In fact, you don't have to bother to calculate this at all, you can know it at a glance. lnx is monotonically increasing at (0,+, and x is monotonically increasing in the range of real numbers. The sum of the two, of course, is monotonically increasing within the scope of the defined domain.

Follow-up: The original function is f(x)=lnx+x

Follow-up: I've already figured it out above. The domain of f(x)=lnx+x is (0,+

Under this definition field, f'(x)=(lnx).'+（x）'=（1/x）+1。The derivative function is continuous under the defined domain (0,+) of f(x). and under this definition field, f'(x)=(lnx).'+（x）'=(1 x)+1>0, then f(x) is monotonically incremented under the definition domain (0, +.
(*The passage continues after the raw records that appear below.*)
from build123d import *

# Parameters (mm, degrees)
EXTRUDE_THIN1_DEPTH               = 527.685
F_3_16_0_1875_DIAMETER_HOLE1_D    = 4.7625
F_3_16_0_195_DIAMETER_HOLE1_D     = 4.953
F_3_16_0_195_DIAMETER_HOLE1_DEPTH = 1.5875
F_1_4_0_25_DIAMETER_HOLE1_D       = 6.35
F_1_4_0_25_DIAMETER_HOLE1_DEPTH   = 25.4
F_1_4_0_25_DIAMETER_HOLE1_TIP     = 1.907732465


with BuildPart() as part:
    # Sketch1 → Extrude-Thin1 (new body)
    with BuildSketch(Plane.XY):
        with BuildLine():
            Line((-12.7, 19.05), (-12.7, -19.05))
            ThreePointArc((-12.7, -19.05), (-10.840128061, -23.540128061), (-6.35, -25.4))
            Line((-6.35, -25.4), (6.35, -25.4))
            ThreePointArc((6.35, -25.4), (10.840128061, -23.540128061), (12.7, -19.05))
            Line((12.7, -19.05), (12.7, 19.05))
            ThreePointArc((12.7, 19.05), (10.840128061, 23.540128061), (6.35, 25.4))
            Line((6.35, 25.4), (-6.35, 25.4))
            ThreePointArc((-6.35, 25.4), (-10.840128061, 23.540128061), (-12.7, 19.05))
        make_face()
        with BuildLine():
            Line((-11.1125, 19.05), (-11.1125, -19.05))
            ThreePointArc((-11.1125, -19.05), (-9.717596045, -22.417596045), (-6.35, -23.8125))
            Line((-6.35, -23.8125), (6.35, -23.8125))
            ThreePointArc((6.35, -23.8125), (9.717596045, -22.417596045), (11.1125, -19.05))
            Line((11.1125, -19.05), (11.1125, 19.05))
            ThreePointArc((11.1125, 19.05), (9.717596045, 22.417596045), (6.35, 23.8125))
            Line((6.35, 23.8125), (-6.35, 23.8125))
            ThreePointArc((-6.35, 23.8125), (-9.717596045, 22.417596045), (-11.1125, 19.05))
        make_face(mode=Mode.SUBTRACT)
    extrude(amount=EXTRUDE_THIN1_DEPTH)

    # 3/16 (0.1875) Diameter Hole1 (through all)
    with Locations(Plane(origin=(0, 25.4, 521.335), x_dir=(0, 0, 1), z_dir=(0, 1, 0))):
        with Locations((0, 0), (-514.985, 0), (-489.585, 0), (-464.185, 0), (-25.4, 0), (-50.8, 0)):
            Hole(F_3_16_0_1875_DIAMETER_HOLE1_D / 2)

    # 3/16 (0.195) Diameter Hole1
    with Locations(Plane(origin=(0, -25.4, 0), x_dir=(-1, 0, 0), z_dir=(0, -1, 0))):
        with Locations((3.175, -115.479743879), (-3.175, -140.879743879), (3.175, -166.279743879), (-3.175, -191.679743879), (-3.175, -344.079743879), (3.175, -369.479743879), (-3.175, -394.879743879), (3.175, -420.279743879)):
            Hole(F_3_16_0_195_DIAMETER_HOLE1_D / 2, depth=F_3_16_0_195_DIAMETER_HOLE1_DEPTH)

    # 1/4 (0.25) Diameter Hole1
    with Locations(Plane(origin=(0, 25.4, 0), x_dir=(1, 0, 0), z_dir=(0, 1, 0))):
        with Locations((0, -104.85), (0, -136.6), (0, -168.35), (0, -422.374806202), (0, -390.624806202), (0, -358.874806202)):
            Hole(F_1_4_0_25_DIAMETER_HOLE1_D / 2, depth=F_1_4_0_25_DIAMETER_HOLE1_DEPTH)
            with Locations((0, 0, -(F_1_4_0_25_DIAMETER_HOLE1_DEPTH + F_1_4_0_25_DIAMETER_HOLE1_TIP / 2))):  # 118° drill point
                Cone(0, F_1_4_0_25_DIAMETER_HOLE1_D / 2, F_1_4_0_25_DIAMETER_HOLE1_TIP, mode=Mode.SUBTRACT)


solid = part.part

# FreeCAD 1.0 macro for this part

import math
import FreeCAD as App
import Part
import Sketcher
Q = App.Units.Quantity

doc = App.newDocument("Part")
body = doc.addObject("PartDesign::Body", "Body")

# Sketch on XY plane
sketch1 = doc.addObject("Sketcher::SketchObject", "Sketch")
body.addObject(sketch1)
sketch1.AttachmentSupport = (doc.XY_Plane, [""])
sketch1.MapMode = "FlatFace"
sketch1.addGeometry([
    Part.LineSegment(App.Vector(-12.7, 19.05, 0), App.Vector(-12.7, -19.05, 0)),  # 0
    Part.ArcOfCircle(Part.Circle(App.Vector(-6.35, -19.05, 0), App.Vector(0, 0, 1), 6.35), math.radians(180), math.radians(270)),  # 1
    Part.LineSegment(App.Vector(-6.35, -25.4, 0), App.Vector(6.35, -25.4, 0)),  # 2
    Part.ArcOfCircle(Part.Circle(App.Vector(6.35, -19.05, 0), App.Vector(0, 0, 1), 6.35), math.radians(-90), math.radians(0)),  # 3
    Part.LineSegment(App.Vector(12.7, -19.05, 0), App.Vector(12.7, 19.05, 0)),  # 4
    Part.ArcOfCircle(Part.Circle(App.Vector(6.35, 19.05, 0), App.Vector(0, 0, 1), 6.35), math.radians(0), math.radians(90)),  # 5
    Part.LineSegment(App.Vector(6.35, 25.4, 0), App.Vector(-6.35, 25.4, 0)),  # 6
    Part.ArcOfCircle(Part.Circle(App.Vector(-6.35, 19.05, 0), App.Vector(0, 0, 1), 6.35), math.radians(90), math.radians(180)),  # 7
    Part.LineSegment(App.Vector(-11.1125, -19.05, 0), App.Vector(-11.1125, 19.05, 0)),  # 8
    Part.ArcOfCircle(Part.Circle(App.Vector(-6.35, 19.05, 0), App.Vector(0, 0, 1), 4.7625), math.radians(90), math.radians(180)),  # 9
    Part.LineSegment(App.Vector(-6.35, 23.8125, 0), App.Vector(6.35, 23.8125, 0)),  # 10
    Part.ArcOfCircle(Part.Circle(App.Vector(6.35, 19.05, 0), App.Vector(0, 0, 1), 4.7625), math.radians(0), math.radians(90)),  # 11
    Part.LineSegment(App.Vector(11.1125, 19.05, 0), App.Vector(11.1125, -19.05, 0)),  # 12
    Part.ArcOfCircle(Part.Circle(App.Vector(6.35, -19.05, 0), App.Vector(0, 0, 1), 4.7625), math.radians(-90), math.radians(0)),  # 13
    Part.LineSegment(App.Vector(6.35, -23.8125, 0), App.Vector(-6.35, -23.8125, 0)),  # 14
    Part.ArcOfCircle(Part.Circle(App.Vector(-6.35, -19.05, 0), App.Vector(0, 0, 1), 4.7625), math.radians(-180), math.radians(-90)),  # 15
], False)
sketch1.addConstraint([
    Sketcher.Constraint("Tangent", 0, 2, 1, 1),
    Sketcher.Constraint("Tangent", 1, 2, 2, 1),
    Sketcher.Constraint("Tangent", 2, 2, 3, 1),
    Sketcher.Constraint("Tangent", 3, 2, 4, 1),
    Sketcher.Constraint("Tangent", 4, 2, 5, 1),
    Sketcher.Constraint("Tangent", 5, 2, 6, 1),
    Sketcher.Constraint("Tangent", 6, 2, 7, 1),
    Sketcher.Constraint("Tangent", 7, 2, 0, 1),
    Sketcher.Constraint("Tangent", 8, 2, 9, 2),
    Sketcher.Constraint("Tangent", 9, 1, 10, 1),
    Sketcher.Constraint("Tangent", 10, 2, 11, 2),
    Sketcher.Constraint("Tangent", 11, 1, 12, 1),
    Sketcher.Constraint("Tangent", 12, 2, 13, 2),
    Sketcher.Constraint("Tangent", 13, 1, 14, 1),
    Sketcher.Constraint("Tangent", 14, 2, 15, 2),
    Sketcher.Constraint("Tangent", 15, 1, 8, 1),
    Sketcher.Constraint("Vertical", 0),
    Sketcher.Constraint("Horizontal", 2),
    Sketcher.Constraint("Vertical", 4),
    Sketcher.Constraint("Horizontal", 6),
    Sketcher.Constraint("Vertical", 8),
    Sketcher.Constraint("Horizontal", 10),
    Sketcher.Constraint("Vertical", 12),
    Sketcher.Constraint("Horizontal", 14),
    Sketcher.Constraint("Coincident", 9, 3, 7, 3),
    Sketcher.Constraint("Coincident", 11, 3, 5, 3),
    Sketcher.Constraint("Coincident", 13, 3, 3, 3),
    Sketcher.Constraint("Equal", 1, 3),
    Sketcher.Constraint("Equal", 3, 5),
    Sketcher.Constraint("Equal", 5, 7),
    Sketcher.Constraint("Equal", 13, 15),
    Sketcher.Constraint("Symmetric", 1, 3, 5, 3, -1, 1),
    Sketcher.Constraint("Radius", 1, Q("0.25 in")),
    Sketcher.Constraint("DistanceX", 2, 1, 2, 2, Q("0.5 in")),
    Sketcher.Constraint("DistanceY", 0, 2, 0, 1, Q("1.5 in")),
    Sketcher.Constraint("Radius", 9, Q("0.1875 in")),
])
pad1 = doc.addObject("PartDesign::Pad", "Pad")
body.addObject(pad1)
pad1.Profile = sketch1
pad1.Length = Q("20.775 in")

# Sketch on XZ plane
sketch2 = doc.addObject("Sketcher::SketchObject", "Sketch001")
body.addObject(sketch2)
sketch2.AttachmentSupport = (doc.XZ_Plane, [""])
sketch2.MapMode = "FlatFace"
sketch2.AttachmentOffset = App.Placement(App.Vector(0, 0, -1 * 25.4), App.Rotation())
sketch2.addGeometry([
    Part.Circle(App.Vector(0, 521.335, 0), App.Vector(0, 0, 1), 2.38125),  # 0
    Part.Circle(App.Vector(0, 6.35, 0), App.Vector(0, 0, 1), 2.38125),  # 1
    Part.Circle(App.Vector(0, 31.75, 0), App.Vector(0, 0, 1), 2.38125),  # 2
    Part.Circle(App.Vector(0, 57.15, 0), App.Vector(0, 0, 1), 2.38125),  # 3
    Part.Circle(App.Vector(0, 495.935, 0), App.Vector(0, 0, 1), 2.38125),  # 4
    Part.Circle(App.Vector(0, 470.535, 0), App.Vector(0, 0, 1), 2.38125),  # 5
], False)
sketch2.addConstraint([
    Sketcher.Constraint("Equal", 0, 1),
    Sketcher.Constraint("Equal", 1, 2),
    Sketcher.Constraint("Equal", 2, 3),
    Sketcher.Constraint("Equal", 3, 4),
    Sketcher.Constraint("Equal", 4, 5),
    Sketcher.Constraint("PointOnObject", 0, 3, -2),
    Sketcher.Constraint("PointOnObject", 1, 3, -2),
    Sketcher.Constraint("PointOnObject", 2, 3, -2),
    Sketcher.Constraint("PointOnObject", 3, 3, -2),
    Sketcher.Constraint("PointOnObject", 4, 3, -2),
    Sketcher.Constraint("PointOnObject", 5, 3, -2),
    Sketcher.Constraint("Diameter", 0, Q("0.1875 in")),
    Sketcher.Constraint("DistanceY", 1, 3, 2, 3, Q("1 in")),
    Sketcher.Constraint("DistanceY", 2, 3, 3, 3, Q("1 in")),
    Sketcher.Constraint("DistanceY", 4, 3, 0, 3, Q("1 in")),
    Sketcher.Constraint("DistanceY", 5, 3, 4, 3, Q("1 in")),
    Sketcher.Constraint("DistanceY", -1, 1, 1, 3, Q("0.25 in")),
    Sketcher.Constraint("DistanceY", -1, 1, 0, 3, Q("20.525 in")),
])
doc.recompute()
hole = doc.addObject("PartDesign::Hole", "Hole")
body.addObject(hole)
hole.Profile = sketch2
hole.ThreadType = "None"
hole.Diameter = Q("0.1875 in")
hole.DepthType = "ThroughAll"
hole.Reversed = True

# Sketch on XZ plane
sketch3 = doc.addObject("Sketcher::SketchObject", "Sketch002")
body.addObject(sketch3)
sketch3.AttachmentSupport = (doc.XZ_Plane, [""])
sketch3.MapMode = "FlatFace"
sketch3.AttachmentOffset = App.Placement(App.Vector(0, 0, 1 * 25.4), App.Rotation())
sketch3.addGeometry([
    Part.Circle(App.Vector(-3.175, 115.479744, 0), App.Vector(0, 0, 1), 2.4765),  # 0
    Part.Circle(App.Vector(3.175, 140.879744, 0), App.Vector(0, 0, 1), 2.4765),  # 1
    Part.Circle(App.Vector(-3.175, 166.279744, 0), App.Vector(0, 0, 1), 2.4765),  # 2
    Part.Circle(App.Vector(3.175, 191.679744, 0), App.Vector(0, 0, 1), 2.4765),  # 3
    Part.Circle(App.Vector(3.175, 344.079744, 0), App.Vector(0, 0, 1), 2.4765),  # 4
    Part.Circle(App.Vector(-3.175, 369.479744, 0), App.Vector(0, 0, 1), 2.4765),  # 5
    Part.Circle(App.Vector(3.175, 394.879744, 0), App.Vector(0, 0, 1), 2.4765),  # 6
    Part.Circle(App.Vector(-3.175, 420.279744, 0), App.Vector(0, 0, 1), 2.4765),  # 7
], False)
sketch3.addConstraint([
    Sketcher.Constraint("Equal", 0, 1),
    Sketcher.Constraint("Equal", 1, 2),
    Sketcher.Constraint("Equal", 2, 3),
    Sketcher.Constraint("Equal", 3, 4),
    Sketcher.Constraint("Equal", 4, 5),
    Sketcher.Constraint("Equal", 5, 6),
    Sketcher.Constraint("Equal", 6, 7),
    Sketcher.Constraint("Vertical", 0, 3, 2, 3),
    Sketcher.Constraint("Vertical", 1, 3, 3, 3),
    Sketcher.Constraint("Vertical", 3, 3, 4, 3),
    Sketcher.Constraint("Vertical", 2, 3, 5, 3),
    Sketcher.Constraint("Vertical", 4, 3, 6, 3),
    Sketcher.Constraint("Vertical", 5, 3, 7, 3),
    Sketcher.Constraint("Diameter", 0, Q("0.195 in")),
    Sketcher.Constraint("DistanceY", 0, 3, 1, 3, Q("1 in")),
    Sketcher.Constraint("DistanceY", 1, 3, 2, 3, Q("1 in")),
    Sketcher.Constraint("DistanceY", 2, 3, 3, 3, Q("1 in")),
    Sketcher.Constraint("DistanceY", 3, 3, 4, 3, Q("6 in")),
    Sketcher.Constraint("DistanceY", 4, 3, 5, 3, Q("1 in")),
    Sketcher.Constraint("DistanceY", 5, 3, 6, 3, Q("1 in")),
    Sketcher.Constraint("DistanceY", 6, 3, 7, 3, Q("1 in")),
    Sketcher.Constraint("DistanceX", 0, 3, 1, 3, Q("0.25 in")),
    Sketcher.Constraint("DistanceX", 0, 3, -1, 1, Q("0.125 in")),
    Sketcher.Constraint("DistanceY", -1, 1, 0, 3, Q("115.479744 mm")),
])
doc.recompute()
hole2 = doc.addObject("PartDesign::Hole", "Hole001")
body.addObject(hole2)
hole2.Profile = sketch3
hole2.ThreadType = "None"
hole2.Diameter = Q("0.195 in")
hole2.DepthType = "Dimension"
hole2.Depth = Q("0.0625 in")
hole2.DrillPoint = "Flat"

# Sketch on XZ plane
sketch4 = doc.addObject("Sketcher::SketchObject", "Sketch003")
body.addObject(sketch4)
sketch4.AttachmentSupport = (doc.XZ_Plane, [""])
sketch4.MapMode = "FlatFace"
sketch4.AttachmentOffset = App.Placement(App.Vector(0, 0, -1 * 25.4), App.Rotation())
sketch4.addGeometry([
    Part.Circle(App.Vector(0, 104.85, 0), App.Vector(0, 0, 1), 3.175),  # 0
    Part.Circle(App.Vector(0, 136.6, 0), App.Vector(0, 0, 1), 3.175),  # 1
    Part.Circle(App.Vector(0, 168.35, 0), App.Vector(0, 0, 1), 3.175),  # 2
    Part.Circle(App.Vector(0, 422.374806, 0), App.Vector(0, 0, 1), 3.175),  # 3
    Part.Circle(App.Vector(0, 390.624806, 0), App.Vector(0, 0, 1), 3.175),  # 4
    Part.Circle(App.Vector(0, 358.874806, 0), App.Vector(0, 0, 1), 3.175),  # 5
], False)
sketch4.addConstraint([
    Sketcher.Constraint("Equal", 0, 1),
    Sketcher.Constraint("Equal", 1, 2),
    Sketcher.Constraint("Equal", 2, 3),
    Sketcher.Constraint("Equal", 3, 4),
    Sketcher.Constraint("Equal", 4, 5),
    Sketcher.Constraint("PointOnObject", 0, 3, -2),
    Sketcher.Constraint("PointOnObject", 1, 3, -2),
    Sketcher.Constraint("PointOnObject", 2, 3, -2),
    Sketcher.Constraint("PointOnObject", 3, 3, -2),
    Sketcher.Constraint("PointOnObject", 4, 3, -2),
    Sketcher.Constraint("PointOnObject", 5, 3, -2),
    Sketcher.Constraint("Diameter", 0, Q("0.25 in")),
    Sketcher.Constraint("DistanceY", 0, 3, 2, 3, Q("2.5 in")),
    Sketcher.Constraint("DistanceY", 5, 3, 3, 3, Q("2.5 in")),
    Sketcher.Constraint("DistanceY", 0, 3, 1, 3, Q("1.25 in")),
    Sketcher.Constraint("DistanceY", 4, 3, 3, 3, Q("1.25 in")),
    Sketcher.Constraint("DistanceY", -1, 1, 0, 3, Q("104.85 mm")),
    Sketcher.Constraint("DistanceY", -1, 1, 3, 3, Q("422.374806 mm")),
])
doc.recompute()
hole3 = doc.addObject("PartDesign::Hole", "Hole002")
body.addObject(hole3)
hole3.Profile = sketch4
hole3.ThreadType = "None"
hole3.Diameter = Q("0.25 in")
hole3.DepthType = "Dimension"
hole3.Depth = Q("1 in")
hole3.DrillPoint = "Angled"
hole3.DrillPointAngle = 118
hole3.Reversed = True

doc.recompute()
In fact, you don't have to bother to calculate this at all, you can know it at a glance. lnx is monotonically increasing at (0,+, and x is monotonically increasing in the range of real numbers. The sum of the two, of course, is monotonically increasing within the scope of the defined domain.

If the function has a monotonically decreasing interval, x>0, and f'(x)=1/x+ax-2

It can be found directly by the derivative of composite functions and exponential functions, or you can find the logarithm first and then the derivative.

Monotonicity depends on whether the derivative is greater than 0 or less than 0

If you ask directly, you can.

If the derivative is greater than 0, it will increase, if the derivative is less than 0, it will decrease, and it is strictly monotonic, if the derivative is 0, it is a stable point, and it may be an extreme point.

There are formulas for the derivation of exponential functions and power functions, and they are carried out according to the formulas.

1、y=(1/3)^x，y ' = (1/3)^x * ln(1/3)。

2、y=x^-1，y ' = - x^-2 。

As for monotonicity, aren't exponential functions and power functions ready-made?

1. Since 0<1 3<1, the function is monotonically decreasing in (0,+.

2. Since -1<0, the function decreases monotonically on (0,+.

y = 3^(-x), y'= -3 (-x)ln3 < 0, the function decrements at (0, positive infinity);

y = x^(-1), y'= - x (-2) = -1 x 2 < 0, the function decrements at (0, positive infinity).

f(x) in (a,b) monotonous:

If the function increases monotonically, then f ( 0 always holds, and the function increases monotonically, then f ( 0 always holds, then f (x) ≠ 0, then f (x) has no zero point in (a, b).

The derivative is the tangent slope of the curve, when the curve is monotonous, the tangent slope is always positive (or negative), in fact, the derivative is always positive (or negative), of course, the derivative cannot be 0.